━━ Data to process
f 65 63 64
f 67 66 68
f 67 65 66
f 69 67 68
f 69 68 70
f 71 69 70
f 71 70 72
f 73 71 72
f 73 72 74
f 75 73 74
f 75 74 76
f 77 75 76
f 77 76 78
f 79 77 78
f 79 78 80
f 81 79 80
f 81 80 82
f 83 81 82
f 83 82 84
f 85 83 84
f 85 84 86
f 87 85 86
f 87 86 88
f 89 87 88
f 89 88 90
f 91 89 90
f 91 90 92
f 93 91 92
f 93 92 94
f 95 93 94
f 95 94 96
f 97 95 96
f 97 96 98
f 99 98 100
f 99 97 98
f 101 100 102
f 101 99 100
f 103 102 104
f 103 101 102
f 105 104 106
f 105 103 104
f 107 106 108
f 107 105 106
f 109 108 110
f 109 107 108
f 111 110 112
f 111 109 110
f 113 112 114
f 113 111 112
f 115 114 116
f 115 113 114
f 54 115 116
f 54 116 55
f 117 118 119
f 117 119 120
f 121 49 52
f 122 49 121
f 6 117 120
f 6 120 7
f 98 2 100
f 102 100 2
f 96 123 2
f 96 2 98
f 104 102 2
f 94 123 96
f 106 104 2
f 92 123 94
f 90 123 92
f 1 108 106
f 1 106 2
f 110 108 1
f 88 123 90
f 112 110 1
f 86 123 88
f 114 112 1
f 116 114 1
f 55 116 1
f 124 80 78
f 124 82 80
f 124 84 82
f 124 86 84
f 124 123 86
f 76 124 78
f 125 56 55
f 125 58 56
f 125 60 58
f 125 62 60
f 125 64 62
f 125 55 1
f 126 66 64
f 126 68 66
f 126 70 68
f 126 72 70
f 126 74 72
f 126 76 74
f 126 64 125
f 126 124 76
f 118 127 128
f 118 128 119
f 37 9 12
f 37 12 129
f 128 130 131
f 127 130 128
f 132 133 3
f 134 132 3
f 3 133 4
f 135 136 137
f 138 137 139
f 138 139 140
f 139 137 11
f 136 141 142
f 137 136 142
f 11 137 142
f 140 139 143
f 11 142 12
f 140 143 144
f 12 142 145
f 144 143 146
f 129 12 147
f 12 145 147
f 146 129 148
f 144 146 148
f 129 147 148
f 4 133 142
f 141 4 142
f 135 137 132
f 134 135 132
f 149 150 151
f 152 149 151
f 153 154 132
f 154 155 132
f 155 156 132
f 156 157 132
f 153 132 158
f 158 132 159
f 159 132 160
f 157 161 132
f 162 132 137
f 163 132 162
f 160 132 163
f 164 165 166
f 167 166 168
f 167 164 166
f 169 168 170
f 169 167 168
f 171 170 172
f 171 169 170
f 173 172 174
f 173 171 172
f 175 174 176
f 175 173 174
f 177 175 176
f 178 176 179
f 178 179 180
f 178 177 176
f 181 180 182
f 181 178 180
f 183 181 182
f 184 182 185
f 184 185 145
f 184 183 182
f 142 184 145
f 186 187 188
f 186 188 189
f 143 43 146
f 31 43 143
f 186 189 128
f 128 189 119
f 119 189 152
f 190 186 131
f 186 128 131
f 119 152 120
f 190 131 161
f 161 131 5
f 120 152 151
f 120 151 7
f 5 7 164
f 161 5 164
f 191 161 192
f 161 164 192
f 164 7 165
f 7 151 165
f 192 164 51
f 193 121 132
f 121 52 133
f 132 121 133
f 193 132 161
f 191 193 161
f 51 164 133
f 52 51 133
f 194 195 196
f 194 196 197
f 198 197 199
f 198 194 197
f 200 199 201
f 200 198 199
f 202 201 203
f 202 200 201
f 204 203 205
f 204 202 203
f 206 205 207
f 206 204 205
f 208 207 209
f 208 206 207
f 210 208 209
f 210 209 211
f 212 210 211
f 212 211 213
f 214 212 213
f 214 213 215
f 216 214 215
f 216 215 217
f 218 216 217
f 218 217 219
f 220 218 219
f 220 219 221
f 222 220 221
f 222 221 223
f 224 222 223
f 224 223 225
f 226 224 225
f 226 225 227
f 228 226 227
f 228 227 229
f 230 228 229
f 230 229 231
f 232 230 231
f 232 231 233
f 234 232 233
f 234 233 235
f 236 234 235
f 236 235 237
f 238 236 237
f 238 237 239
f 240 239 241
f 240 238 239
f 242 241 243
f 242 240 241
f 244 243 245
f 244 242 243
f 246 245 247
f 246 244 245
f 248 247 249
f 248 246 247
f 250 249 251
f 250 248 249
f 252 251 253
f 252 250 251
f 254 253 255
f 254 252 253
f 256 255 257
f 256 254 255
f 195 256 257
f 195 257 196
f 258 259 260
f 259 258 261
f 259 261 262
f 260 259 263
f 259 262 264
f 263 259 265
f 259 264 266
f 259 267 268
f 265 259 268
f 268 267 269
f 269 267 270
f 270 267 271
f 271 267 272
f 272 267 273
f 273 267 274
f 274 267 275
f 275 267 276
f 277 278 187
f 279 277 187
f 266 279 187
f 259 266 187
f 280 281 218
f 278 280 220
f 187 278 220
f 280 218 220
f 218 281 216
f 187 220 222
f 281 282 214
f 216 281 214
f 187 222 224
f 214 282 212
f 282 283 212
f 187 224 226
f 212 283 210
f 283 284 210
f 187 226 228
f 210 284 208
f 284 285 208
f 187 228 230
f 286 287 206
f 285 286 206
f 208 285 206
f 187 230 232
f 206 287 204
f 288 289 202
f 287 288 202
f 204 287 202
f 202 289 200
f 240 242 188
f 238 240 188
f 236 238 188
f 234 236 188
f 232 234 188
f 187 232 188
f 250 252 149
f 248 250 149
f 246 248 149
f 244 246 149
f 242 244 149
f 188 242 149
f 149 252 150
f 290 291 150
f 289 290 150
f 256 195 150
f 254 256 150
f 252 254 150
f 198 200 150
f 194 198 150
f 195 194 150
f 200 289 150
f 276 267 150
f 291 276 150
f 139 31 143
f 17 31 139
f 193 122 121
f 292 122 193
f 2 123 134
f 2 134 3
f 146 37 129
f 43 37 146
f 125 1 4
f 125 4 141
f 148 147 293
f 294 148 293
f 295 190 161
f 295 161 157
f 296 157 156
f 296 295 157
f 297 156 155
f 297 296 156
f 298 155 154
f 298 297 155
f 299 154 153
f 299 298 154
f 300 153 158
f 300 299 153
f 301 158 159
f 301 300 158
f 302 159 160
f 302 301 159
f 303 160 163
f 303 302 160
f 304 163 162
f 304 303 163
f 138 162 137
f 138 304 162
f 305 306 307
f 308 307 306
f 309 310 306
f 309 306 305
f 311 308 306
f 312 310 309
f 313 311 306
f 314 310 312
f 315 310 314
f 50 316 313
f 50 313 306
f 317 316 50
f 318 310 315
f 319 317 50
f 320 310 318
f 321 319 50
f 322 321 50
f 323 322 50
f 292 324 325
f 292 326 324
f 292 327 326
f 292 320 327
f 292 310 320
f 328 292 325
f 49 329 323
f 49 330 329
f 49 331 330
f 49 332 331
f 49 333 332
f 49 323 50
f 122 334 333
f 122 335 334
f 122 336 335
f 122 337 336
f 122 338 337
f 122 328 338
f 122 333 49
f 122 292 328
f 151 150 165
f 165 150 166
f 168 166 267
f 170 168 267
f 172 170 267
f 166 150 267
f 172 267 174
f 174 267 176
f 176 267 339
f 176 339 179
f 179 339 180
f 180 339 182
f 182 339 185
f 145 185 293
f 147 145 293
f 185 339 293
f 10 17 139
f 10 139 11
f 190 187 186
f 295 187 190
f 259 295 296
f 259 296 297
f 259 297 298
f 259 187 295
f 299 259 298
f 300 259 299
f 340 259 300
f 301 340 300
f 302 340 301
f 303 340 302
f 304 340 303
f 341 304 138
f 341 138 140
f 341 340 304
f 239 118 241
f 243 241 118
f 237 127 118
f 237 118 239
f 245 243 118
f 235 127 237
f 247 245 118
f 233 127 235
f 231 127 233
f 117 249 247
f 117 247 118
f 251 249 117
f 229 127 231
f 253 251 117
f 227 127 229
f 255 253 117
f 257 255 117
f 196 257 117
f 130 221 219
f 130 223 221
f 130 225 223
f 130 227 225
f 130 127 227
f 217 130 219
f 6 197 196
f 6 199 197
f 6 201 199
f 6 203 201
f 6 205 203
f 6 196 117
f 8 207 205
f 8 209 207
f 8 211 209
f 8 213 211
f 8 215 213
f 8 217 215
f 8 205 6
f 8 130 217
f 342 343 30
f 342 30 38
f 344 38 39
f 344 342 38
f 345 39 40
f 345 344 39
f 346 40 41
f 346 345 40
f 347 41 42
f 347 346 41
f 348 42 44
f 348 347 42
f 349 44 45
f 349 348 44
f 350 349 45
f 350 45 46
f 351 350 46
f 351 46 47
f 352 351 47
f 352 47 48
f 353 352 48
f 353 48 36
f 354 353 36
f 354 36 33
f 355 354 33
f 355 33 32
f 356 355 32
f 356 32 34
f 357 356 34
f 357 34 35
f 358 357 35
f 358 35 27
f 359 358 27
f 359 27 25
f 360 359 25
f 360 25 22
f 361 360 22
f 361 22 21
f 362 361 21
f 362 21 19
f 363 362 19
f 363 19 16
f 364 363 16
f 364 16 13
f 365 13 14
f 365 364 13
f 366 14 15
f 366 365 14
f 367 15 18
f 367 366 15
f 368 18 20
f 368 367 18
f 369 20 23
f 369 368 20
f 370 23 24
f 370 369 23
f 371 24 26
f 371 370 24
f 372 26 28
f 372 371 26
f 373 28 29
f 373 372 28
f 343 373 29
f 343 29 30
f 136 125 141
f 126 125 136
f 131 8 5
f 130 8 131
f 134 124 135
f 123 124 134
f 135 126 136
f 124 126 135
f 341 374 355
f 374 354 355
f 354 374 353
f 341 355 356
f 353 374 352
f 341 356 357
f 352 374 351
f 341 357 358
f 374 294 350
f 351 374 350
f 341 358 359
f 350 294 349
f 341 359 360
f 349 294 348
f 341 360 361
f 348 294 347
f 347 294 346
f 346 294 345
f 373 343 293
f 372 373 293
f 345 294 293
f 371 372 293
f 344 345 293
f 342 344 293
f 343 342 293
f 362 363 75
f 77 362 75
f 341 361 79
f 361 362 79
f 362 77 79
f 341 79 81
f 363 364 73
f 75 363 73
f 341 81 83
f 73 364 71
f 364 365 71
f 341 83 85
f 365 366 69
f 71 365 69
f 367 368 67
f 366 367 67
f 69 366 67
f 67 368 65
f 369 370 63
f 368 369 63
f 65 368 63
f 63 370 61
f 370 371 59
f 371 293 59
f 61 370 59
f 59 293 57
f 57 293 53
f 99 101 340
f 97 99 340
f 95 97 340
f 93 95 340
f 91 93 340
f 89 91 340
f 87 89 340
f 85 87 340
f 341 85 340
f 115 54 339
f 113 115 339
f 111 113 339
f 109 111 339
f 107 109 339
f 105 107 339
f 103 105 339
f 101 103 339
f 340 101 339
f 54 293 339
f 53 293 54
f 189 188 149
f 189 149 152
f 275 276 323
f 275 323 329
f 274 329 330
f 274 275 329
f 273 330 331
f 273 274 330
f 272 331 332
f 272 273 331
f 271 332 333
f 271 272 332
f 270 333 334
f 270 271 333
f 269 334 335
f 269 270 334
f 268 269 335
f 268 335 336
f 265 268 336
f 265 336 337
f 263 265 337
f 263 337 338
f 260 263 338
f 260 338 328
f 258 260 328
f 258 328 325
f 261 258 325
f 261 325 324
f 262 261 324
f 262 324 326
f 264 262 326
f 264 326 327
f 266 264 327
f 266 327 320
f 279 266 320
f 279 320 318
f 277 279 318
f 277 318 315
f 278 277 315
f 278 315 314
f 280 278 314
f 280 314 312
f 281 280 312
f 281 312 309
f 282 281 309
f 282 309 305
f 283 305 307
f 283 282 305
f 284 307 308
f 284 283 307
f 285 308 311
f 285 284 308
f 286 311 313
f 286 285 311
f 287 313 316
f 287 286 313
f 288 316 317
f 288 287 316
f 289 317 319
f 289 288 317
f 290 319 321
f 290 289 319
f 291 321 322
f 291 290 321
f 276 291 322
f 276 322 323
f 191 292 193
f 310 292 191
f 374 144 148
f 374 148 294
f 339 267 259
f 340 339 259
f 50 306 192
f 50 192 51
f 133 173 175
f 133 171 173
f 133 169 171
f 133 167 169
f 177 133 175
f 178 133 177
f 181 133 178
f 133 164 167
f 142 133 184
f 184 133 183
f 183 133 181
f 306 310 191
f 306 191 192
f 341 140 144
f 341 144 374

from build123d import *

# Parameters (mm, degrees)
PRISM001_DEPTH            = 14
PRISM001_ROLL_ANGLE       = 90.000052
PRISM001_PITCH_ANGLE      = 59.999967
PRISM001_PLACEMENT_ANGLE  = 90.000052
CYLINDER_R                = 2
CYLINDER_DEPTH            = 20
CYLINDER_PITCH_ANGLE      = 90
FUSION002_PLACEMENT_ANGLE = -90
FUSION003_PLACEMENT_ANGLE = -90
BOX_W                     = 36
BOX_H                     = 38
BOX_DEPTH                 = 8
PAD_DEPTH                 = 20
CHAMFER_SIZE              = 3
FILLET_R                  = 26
━━━━
What needs to be done: One stretch of the lines above is wanted, from the line that contains "f 277 278 187" through the line that contains "f 276 267 150". Output it exactly.

Reply to the task:
f 277 278 187
f 279 277 187
f 266 279 187
f 259 266 187
f 280 281 218
f 278 280 220
f 187 278 220
f 280 218 220
f 218 281 216
f 187 220 222
f 281 282 214
f 216 281 214
f 187 222 224
f 214 282 212
f 282 283 212
f 187 224 226
f 212 283 210
f 283 284 210
f 187 226 228
f 210 284 208
f 284 285 208
f 187 228 230
f 286 287 206
f 285 286 206
f 208 285 206
f 187 230 232
f 206 287 204
f 288 289 202
f 287 288 202
f 204 287 202
f 202 289 200
f 240 242 188
f 238 240 188
f 236 238 188
f 234 236 188
f 232 234 188
f 187 232 188
f 250 252 149
f 248 250 149
f 246 248 149
f 244 246 149
f 242 244 149
f 188 242 149
f 149 252 150
f 290 291 150
f 289 290 150
f 256 195 150
f 254 256 150
f 252 254 150
f 198 200 150
f 194 198 150
f 195 194 150
f 200 289 150
f 276 267 150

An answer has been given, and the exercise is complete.